Algorithms (Feb 2022)
Data Fitting with Rational Functions: Scaled Null Space Method with Applications of Fitting Large Scale Shocks on Economic Variables and S-Parameters
Abstract
Curve fitting discrete data (x, y) with a smooth function is a complex problem when faced with sharply oscillating data or when the data are very large in size. We propose a straightforward method, one that is often overlooked, to fit discrete data (s, ys) with rational functions. This method serves as a solid data fitting choice that proves to be fast and highly accurate. Its novelty lies on scaling positive explanatory data to the interval [0, 1], before solving the associated linear problem Ax=0. A rescaling is performed once the fitting function is derived.

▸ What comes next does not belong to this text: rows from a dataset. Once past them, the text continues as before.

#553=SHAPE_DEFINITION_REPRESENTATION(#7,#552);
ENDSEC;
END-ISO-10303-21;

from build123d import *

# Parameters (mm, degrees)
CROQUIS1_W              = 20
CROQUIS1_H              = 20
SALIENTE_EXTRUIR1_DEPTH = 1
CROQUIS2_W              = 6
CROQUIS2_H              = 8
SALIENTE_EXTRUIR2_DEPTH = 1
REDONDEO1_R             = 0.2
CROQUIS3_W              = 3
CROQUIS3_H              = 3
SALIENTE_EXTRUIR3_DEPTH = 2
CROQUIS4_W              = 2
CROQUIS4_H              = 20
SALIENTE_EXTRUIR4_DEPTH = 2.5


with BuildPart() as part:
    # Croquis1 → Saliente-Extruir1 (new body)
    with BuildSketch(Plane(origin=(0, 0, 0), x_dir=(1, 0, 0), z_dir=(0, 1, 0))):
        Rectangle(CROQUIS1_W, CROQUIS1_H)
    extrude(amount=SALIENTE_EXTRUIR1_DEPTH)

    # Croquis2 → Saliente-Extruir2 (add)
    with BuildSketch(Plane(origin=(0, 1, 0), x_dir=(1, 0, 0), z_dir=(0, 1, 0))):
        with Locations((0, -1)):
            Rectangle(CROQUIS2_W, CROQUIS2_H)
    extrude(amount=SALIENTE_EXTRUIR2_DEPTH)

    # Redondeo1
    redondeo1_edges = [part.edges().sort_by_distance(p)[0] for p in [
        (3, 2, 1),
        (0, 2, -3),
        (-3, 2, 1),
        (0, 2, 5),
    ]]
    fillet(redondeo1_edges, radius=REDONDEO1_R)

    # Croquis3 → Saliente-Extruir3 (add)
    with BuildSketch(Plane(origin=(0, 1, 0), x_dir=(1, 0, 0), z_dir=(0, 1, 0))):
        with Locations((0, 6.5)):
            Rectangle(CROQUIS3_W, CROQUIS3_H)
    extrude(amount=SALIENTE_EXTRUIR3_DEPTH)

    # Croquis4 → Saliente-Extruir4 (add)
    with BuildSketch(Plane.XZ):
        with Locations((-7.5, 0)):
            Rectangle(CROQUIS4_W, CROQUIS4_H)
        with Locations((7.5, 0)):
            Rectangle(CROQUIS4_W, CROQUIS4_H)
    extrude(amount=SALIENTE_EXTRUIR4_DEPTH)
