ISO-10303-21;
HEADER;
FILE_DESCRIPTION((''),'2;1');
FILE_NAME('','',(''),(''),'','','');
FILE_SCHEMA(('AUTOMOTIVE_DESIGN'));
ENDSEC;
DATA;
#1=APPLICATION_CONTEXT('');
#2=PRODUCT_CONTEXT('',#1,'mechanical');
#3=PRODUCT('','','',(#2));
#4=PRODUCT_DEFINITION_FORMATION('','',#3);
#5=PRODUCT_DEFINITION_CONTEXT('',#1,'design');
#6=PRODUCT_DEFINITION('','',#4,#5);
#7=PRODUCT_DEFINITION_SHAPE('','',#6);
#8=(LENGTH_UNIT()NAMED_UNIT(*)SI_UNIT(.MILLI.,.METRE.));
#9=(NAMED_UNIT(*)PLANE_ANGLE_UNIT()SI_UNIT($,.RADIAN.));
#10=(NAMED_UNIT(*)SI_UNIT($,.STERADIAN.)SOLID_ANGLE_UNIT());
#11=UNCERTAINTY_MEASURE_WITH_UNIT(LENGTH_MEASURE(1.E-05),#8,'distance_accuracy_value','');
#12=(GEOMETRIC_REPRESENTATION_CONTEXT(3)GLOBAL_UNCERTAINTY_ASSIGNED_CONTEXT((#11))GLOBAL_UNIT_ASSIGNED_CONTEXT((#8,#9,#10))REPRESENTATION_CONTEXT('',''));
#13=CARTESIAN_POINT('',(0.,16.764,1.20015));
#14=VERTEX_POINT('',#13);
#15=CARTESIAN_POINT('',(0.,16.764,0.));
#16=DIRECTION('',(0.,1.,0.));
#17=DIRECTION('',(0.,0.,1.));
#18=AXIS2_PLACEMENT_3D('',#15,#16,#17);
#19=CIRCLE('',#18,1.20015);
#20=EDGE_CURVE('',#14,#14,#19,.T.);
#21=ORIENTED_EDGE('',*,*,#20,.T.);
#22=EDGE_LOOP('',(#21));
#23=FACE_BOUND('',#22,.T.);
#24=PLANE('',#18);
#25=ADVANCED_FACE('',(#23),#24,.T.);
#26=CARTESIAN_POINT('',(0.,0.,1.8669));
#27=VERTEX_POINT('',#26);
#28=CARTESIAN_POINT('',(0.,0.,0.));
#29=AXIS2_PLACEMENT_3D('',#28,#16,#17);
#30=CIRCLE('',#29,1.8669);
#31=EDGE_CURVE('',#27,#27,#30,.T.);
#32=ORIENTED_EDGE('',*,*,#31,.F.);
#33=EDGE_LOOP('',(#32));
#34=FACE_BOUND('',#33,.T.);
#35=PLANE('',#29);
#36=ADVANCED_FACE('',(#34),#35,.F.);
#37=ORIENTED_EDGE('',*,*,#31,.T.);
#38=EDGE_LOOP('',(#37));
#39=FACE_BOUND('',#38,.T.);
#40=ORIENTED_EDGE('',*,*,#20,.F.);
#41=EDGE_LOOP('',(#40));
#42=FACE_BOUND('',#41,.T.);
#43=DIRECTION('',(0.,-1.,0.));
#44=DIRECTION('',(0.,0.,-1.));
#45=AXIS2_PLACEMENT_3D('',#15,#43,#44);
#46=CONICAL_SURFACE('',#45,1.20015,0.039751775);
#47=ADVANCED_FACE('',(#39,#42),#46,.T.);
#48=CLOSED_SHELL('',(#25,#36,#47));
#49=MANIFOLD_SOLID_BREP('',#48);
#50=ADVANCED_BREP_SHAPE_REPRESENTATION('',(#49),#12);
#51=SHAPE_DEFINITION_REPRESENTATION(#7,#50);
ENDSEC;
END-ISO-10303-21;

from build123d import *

# Parameters (mm, degrees)
SKETCH2_R = 1.20015
SKETCH1_R = 1.8669


with BuildPart() as part:
    # Sketch2 → Loft1 section 0
    with BuildSketch(Plane(origin=(0, 16.764, 0), x_dir=(1, 0, 0), z_dir=(0, 1, 0))):
        Circle(SKETCH2_R)
    # Sketch1 → Loft1 section 1
    with BuildSketch(Plane(origin=(0, 0, 0), x_dir=(1, 0, 0), z_dir=(0, 1, 0))):
        Circle(SKETCH1_R)
    loft()


solid = part.part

Each solution in the null space of A provides a rational fitting function. Amongst them, the best is chosen based on a pointwise error check. This avoids solving an overdetermined nonhomogeneous linear system Ax=b with a badly conditioned and scaled matrix A. With large data, the latter can lack accuracy and be computationally expensive. Furthermore, any linear combination of at least one solution in the basis of the null space produces a new fitting function, which gives the flexibility to choose the best rational function that fits the constraints of specific problems. We tested our method with many economic variables that experienced sharp oscillations owing to the effects of COVID-19-related shocks to the economy. Such data are intrinsically difficult to fit with a smooth function. Deriving such continuous model functions over a desired period is important in the analysis and prediction algorithms of such economic variables. The method can be expanded to model behaviors of interest in other applied sciences, such as electrical engineering, where the method was successfully fitted into network scattering parameter measurements with high accuracy.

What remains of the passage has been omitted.